JohnHancockAs an employment litigator, I have repeatedly emphasized to my clients the need to get signed agreements, acknowledgements, and authorizations from employees. From a legal standpoint, these signed documents provide legal certainty (and frequently an absolute defense) to certain employee interactions and claims. For example, if an employee contends that she was unaware of the complaint procedure for a harassment claim, waving her signed acknowledgement form for the handbook that contains that procedure in front of her is a pretty stellar defense (and quite satisfying)! It’s hard for someone to repudiate their own handwritten “John Hancock.”

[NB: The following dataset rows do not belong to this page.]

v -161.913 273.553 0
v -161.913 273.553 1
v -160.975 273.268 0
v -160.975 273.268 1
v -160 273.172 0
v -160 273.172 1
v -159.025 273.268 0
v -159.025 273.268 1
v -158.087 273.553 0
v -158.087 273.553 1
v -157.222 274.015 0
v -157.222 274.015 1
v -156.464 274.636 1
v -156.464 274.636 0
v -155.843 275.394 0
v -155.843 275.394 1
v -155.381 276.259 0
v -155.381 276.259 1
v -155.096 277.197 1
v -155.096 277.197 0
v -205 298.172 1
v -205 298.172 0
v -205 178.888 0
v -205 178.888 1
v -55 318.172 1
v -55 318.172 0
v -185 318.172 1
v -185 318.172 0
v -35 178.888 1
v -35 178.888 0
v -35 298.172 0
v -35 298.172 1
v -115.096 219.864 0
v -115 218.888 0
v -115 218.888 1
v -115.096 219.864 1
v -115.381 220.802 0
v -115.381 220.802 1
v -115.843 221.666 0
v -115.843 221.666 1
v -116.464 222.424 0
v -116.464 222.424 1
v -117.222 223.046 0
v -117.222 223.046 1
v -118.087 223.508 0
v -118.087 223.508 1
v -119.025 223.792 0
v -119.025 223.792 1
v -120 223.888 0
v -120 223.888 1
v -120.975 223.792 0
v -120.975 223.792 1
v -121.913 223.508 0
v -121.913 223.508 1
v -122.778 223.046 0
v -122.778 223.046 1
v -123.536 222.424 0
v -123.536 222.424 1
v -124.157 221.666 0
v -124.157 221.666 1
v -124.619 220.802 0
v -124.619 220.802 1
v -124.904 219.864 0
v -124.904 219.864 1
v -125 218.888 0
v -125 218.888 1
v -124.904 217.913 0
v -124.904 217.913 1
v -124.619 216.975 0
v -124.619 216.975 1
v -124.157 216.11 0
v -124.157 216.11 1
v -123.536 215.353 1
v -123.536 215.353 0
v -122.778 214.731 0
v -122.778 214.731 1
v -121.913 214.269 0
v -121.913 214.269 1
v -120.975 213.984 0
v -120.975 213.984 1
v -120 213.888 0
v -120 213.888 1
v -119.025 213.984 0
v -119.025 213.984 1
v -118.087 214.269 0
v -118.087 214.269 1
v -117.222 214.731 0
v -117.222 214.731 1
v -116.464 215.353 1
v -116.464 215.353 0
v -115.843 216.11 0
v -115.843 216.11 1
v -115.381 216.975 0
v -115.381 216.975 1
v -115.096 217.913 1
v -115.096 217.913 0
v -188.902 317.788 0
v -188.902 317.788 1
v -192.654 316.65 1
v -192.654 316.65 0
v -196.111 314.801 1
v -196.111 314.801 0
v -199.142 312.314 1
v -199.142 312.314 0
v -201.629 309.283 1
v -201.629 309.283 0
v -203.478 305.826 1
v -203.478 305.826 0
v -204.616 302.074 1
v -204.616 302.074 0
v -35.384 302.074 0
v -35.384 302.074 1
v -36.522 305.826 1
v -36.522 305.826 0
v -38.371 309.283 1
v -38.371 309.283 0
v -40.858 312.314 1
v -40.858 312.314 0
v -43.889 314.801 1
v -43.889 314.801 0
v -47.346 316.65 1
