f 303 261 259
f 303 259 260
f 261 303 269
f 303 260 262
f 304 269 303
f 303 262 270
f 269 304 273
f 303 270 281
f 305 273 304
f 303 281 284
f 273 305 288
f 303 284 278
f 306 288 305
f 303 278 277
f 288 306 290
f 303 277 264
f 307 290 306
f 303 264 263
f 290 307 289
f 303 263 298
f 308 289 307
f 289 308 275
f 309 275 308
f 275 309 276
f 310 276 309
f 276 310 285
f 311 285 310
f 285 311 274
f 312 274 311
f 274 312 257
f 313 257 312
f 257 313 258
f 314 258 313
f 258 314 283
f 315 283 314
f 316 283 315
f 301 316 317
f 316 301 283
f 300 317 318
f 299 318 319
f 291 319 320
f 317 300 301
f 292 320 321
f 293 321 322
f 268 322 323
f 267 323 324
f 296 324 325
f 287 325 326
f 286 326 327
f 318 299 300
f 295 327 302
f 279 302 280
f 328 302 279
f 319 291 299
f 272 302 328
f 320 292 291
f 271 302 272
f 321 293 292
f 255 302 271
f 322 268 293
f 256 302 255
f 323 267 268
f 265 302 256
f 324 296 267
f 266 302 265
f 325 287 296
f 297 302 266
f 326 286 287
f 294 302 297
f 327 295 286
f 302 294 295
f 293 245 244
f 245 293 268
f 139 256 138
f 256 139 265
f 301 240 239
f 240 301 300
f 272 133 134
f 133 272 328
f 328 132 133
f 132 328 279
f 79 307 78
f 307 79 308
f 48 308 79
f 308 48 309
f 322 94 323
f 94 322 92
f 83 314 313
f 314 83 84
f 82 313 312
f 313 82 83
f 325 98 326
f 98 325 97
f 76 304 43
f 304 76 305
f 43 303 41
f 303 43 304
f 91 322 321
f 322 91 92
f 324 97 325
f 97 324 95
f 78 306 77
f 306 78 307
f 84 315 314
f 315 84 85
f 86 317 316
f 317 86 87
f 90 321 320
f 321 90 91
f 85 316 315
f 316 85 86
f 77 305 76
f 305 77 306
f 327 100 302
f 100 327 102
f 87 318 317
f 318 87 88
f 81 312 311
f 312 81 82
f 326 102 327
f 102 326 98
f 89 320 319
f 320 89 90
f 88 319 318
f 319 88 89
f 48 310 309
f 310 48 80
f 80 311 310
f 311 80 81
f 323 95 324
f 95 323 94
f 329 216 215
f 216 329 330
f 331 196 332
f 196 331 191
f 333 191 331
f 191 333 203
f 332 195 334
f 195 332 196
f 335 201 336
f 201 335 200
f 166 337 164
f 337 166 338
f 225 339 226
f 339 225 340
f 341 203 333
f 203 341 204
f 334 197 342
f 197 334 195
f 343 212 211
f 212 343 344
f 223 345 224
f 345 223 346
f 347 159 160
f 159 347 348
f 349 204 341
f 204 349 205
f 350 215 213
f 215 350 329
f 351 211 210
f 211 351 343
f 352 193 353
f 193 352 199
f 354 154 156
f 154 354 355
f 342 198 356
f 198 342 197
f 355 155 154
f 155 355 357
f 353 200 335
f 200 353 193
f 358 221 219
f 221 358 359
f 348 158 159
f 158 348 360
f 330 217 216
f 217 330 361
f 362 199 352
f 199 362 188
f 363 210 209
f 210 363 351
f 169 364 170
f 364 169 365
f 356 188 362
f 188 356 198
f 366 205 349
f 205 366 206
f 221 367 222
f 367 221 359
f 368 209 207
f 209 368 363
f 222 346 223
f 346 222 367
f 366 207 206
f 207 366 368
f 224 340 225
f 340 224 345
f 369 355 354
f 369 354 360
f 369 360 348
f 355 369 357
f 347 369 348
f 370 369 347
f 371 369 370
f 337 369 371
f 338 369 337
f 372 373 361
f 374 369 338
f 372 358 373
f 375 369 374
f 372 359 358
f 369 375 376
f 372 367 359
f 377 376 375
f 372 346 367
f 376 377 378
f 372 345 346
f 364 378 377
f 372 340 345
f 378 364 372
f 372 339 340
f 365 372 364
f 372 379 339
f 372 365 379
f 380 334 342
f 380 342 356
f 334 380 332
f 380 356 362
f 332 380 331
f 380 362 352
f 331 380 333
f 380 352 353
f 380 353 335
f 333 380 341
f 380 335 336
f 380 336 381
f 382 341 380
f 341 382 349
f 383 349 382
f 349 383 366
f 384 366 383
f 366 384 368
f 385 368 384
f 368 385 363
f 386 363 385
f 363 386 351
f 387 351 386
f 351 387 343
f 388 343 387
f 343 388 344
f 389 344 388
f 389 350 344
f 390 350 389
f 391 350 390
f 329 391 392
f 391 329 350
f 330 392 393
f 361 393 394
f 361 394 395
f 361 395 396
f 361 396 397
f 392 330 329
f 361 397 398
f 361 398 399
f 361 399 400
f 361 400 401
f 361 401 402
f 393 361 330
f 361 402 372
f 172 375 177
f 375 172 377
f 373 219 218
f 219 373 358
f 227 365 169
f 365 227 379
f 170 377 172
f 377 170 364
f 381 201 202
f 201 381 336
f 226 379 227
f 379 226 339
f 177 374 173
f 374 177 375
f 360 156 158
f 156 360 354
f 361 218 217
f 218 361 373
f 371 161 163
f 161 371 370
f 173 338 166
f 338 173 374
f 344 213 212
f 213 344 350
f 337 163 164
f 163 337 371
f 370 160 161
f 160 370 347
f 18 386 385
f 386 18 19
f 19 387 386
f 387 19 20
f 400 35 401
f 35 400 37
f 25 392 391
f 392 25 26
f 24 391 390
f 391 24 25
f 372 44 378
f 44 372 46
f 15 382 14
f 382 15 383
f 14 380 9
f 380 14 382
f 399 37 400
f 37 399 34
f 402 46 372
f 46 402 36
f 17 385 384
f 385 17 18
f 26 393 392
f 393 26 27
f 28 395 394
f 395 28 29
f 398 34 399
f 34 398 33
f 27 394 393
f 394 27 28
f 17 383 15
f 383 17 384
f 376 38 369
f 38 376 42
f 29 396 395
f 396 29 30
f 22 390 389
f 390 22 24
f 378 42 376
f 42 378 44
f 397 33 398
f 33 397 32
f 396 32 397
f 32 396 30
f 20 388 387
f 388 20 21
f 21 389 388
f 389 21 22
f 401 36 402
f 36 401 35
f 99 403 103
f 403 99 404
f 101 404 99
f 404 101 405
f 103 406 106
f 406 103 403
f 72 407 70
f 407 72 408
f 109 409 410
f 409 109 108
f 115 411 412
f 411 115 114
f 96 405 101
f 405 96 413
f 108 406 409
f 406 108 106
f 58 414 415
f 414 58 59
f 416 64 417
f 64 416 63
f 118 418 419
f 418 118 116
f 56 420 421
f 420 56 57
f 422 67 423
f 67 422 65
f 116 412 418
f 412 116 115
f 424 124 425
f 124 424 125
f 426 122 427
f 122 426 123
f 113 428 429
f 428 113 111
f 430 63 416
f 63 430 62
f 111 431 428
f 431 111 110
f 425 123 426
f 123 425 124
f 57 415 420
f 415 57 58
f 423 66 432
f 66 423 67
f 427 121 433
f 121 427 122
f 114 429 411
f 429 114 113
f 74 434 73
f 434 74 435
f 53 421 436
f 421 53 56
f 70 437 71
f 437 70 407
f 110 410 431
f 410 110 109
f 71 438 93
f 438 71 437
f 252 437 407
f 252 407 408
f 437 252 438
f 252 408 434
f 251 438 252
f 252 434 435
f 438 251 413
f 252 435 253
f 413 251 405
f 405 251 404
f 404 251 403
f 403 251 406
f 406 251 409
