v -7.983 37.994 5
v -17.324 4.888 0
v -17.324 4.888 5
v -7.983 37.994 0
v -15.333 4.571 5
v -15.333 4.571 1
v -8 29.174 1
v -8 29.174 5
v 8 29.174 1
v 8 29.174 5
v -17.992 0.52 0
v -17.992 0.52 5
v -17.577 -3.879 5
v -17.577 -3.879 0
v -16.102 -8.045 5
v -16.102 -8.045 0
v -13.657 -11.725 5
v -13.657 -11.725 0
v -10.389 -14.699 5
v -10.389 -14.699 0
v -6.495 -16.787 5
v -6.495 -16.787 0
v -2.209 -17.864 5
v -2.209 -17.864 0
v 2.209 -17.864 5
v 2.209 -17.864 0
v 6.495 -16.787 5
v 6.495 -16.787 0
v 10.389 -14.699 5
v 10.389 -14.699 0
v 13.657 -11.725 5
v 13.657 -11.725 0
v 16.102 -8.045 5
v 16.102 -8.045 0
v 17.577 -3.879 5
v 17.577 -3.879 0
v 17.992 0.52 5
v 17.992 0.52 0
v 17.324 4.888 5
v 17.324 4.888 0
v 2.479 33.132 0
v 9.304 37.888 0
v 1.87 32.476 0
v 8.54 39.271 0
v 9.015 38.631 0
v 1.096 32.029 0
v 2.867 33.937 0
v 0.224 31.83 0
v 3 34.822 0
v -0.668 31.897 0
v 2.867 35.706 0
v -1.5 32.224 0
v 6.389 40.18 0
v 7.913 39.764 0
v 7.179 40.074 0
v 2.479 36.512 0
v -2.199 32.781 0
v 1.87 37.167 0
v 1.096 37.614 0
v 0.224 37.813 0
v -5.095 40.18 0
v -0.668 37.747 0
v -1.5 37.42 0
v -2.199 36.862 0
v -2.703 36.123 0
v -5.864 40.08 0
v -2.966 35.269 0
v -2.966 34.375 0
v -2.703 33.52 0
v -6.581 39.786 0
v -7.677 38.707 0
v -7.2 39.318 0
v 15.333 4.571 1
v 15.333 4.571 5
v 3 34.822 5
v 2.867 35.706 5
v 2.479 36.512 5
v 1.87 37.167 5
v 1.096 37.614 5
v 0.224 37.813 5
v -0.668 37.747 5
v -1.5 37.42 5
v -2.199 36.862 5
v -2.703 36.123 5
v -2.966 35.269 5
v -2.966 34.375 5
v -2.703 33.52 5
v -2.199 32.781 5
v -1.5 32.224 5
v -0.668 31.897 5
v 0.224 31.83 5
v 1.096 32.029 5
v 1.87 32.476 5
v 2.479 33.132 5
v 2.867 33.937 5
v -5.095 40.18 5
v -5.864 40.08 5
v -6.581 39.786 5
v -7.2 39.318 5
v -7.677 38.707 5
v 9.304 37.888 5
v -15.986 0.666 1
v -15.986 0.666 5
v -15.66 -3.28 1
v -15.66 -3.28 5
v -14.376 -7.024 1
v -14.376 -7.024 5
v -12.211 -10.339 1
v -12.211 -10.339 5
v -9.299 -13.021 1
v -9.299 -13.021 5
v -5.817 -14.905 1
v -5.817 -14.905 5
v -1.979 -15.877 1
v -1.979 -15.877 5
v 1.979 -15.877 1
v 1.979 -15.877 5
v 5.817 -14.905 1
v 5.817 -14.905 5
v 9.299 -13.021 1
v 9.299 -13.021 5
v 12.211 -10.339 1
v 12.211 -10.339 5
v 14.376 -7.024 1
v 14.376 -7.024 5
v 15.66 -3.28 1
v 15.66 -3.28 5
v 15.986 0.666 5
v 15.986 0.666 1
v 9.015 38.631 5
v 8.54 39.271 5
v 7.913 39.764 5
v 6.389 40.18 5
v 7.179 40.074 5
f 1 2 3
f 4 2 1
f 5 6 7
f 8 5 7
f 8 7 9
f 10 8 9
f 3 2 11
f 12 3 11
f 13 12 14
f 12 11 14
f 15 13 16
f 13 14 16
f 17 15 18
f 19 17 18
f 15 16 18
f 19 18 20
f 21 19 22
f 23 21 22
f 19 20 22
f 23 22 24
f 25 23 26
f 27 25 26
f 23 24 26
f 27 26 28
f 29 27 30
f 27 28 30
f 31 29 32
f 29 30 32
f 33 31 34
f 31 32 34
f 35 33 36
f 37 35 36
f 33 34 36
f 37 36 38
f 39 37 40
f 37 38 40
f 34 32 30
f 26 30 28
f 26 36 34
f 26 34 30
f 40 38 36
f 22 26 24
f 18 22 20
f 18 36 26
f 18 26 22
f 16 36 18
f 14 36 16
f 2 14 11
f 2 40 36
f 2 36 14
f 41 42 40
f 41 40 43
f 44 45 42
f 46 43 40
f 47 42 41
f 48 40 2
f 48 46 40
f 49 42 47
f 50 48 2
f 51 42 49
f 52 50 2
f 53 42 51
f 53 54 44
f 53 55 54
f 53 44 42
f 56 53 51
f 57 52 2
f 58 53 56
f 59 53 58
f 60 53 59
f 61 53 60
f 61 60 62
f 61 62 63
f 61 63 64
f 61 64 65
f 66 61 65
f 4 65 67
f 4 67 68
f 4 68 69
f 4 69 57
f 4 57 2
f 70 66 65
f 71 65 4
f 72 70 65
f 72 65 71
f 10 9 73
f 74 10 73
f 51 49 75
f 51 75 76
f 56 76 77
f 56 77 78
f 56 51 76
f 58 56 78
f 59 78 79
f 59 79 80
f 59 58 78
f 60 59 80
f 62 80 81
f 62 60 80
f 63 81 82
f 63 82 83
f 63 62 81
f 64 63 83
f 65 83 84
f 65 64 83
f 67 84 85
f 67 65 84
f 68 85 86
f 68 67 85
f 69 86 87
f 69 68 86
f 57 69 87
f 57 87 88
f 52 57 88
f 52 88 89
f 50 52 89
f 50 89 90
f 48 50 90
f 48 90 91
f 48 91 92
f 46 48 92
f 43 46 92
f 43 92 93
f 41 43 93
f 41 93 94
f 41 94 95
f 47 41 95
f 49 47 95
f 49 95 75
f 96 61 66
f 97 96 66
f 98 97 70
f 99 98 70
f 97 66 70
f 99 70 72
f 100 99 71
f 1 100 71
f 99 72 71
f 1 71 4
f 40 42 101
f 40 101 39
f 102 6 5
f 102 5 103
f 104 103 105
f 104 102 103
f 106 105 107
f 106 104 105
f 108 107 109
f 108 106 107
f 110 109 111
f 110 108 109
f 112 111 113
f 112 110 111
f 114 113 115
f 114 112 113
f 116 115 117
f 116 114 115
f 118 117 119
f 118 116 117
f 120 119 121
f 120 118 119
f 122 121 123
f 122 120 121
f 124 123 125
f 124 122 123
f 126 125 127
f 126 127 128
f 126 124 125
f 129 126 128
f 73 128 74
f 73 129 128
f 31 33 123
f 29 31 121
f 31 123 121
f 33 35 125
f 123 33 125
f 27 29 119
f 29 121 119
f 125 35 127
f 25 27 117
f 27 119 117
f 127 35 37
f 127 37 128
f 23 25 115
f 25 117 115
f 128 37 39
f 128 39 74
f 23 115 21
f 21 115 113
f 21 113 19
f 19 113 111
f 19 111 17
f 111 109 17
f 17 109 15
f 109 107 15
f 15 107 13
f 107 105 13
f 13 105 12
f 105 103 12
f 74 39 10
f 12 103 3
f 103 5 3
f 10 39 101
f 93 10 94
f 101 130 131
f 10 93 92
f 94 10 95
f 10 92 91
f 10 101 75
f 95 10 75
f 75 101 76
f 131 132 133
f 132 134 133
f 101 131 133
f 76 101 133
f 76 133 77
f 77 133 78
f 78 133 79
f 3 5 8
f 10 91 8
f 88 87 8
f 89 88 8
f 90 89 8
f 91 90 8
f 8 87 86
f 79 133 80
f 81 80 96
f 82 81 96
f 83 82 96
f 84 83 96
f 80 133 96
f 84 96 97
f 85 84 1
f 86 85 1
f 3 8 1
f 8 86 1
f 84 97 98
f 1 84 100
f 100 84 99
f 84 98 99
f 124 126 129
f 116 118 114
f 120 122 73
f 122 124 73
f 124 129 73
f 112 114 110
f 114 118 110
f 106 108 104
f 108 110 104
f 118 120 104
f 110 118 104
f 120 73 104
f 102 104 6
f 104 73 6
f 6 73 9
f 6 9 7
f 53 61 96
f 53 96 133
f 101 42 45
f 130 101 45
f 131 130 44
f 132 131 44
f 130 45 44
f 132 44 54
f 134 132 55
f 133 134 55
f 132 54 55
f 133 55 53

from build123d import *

# Parameters (mm, degrees)
SKETCH003_R  = 3
PAD001_DEPTH = 1
SKETCH_R     = 3
PAD_DEPTH    = 4


with BuildPart() as bottom_body:
    # Sketch003 → Pad001 (new body)
    with BuildSketch(Plane.XY):
        with BuildLine():
            Line((-17.323639, 4.887895), (-7.982505, 37.994419))
            ThreePointArc((-5.095233, 40.179764), (-6.905763, 39.571831), (-7.982505, 37.994419))
            Line((-5.095233, 40.179764), (6.389044, 40.179764))
            ThreePointArc((9.304202, 37.88818), (8.24306, 39.538286), (6.389044, 40.179764))
            Line((9.304202, 37.88818), (17.323639, 4.887895))
            ThreePointArc((-17.323639, 4.887895), (0, -18), (17.323639, 4.887895))
        make_face()
        with Locations((0, 34.821754)):
            Circle(SKETCH003_R, mode=Mode.SUBTRACT)
    extrude(amount=PAD001_DEPTH)


with BuildPart() as fusion:
    # Sketch → Pad (new body)
    with BuildSketch(Plane.XY):
        with BuildLine():
            Line((-17.323639, 4.887895), (-7.982505, 37.994419))
            ThreePointArc((-5.095233, 40.179764), (-6.905763, 39.571831), (-7.982505, 37.994419))
            Line((-5.095233, 40.179764), (6.389044, 40.179764))
            ThreePointArc((9.304202, 37.88818), (8.24306, 39.538286), (6.389044, 40.179764))
            Line((9.304202, 37.88818), (17.323639, 4.887895))
            ThreePointArc((-17.323639, 4.887895), (0, -18), (17.323639, 4.887895))
        make_face()
        with Locations((0, 34.821754)):
            Circle(SKETCH_R, mode=Mode.SUBTRACT)
        with BuildLine():
            Line((-15.333297, 4.57056), (-8, 29.174304))
            Line((-8, 29.174304), (8, 29.174304))
            Line((8, 29.174304), (15.333297, 4.57056))
            ThreePointArc((-15.333297, 4.57056), (0, -16), (15.333297, 4.57056))
        make_face(mode=Mode.SUBTRACT)
    extrude(amount=PAD_DEPTH)


with BuildPart() as fusion_1:
    # Body placement: moved
    add(fusion.part.moved(Location((0, 0, 1))))

    # Fusion: union bottom body
    add(bottom_body.part)


solid = fusion_1.part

But, as you know, in our increasingly digital world, electronic signatures have become the norm. There are federal and state laws that provide for the validity of electronic signatures, such as the federal Uniform Electronic Transactions Act (“UETA”) and the state laws that adopt the UETA, as well as the federal Electronic Signatures in Global and National Commerce Act (“E-Sign”). Under these laws, an electronic signature is deemed to be the act of the person from whom the transmission is received, so long as this can be verified in some manner. And where effective computer security procedures can verify that the record is attributable to that person, this showing is presumptively made.

But an electronic signature is so, well, cold and clinical. It doesn’t have the same emotional or visceral impact as seeing an actual handwritten signature. And more importantly, despite all the electronic security measures – it may not “prove” that the individual actually signed the document, as was the situation in Duge v. Sears, Roebuck and Co. In that case, the Company had an electronically signed acknowledgement by which the employee had agreed to arbitrate any employment claims. The employee denied, however, that he had signed that electronic acknowledgement. The employee asserted that Company management knew his password and login information, and had sometimes even used his computer after he was logged in – and therefore someone else had electronically signed his acknowledgement! These assertions created a factual issue that could only be resolved at a trial.

I am afraid that such contentions will become more common in the future, and I am frankly surprised that more employees have not made such assertions. What does this mean? There’s no clear cut answer. Employers must balance the ease and convenience of electronic signatures against the certainty of a handwritten one.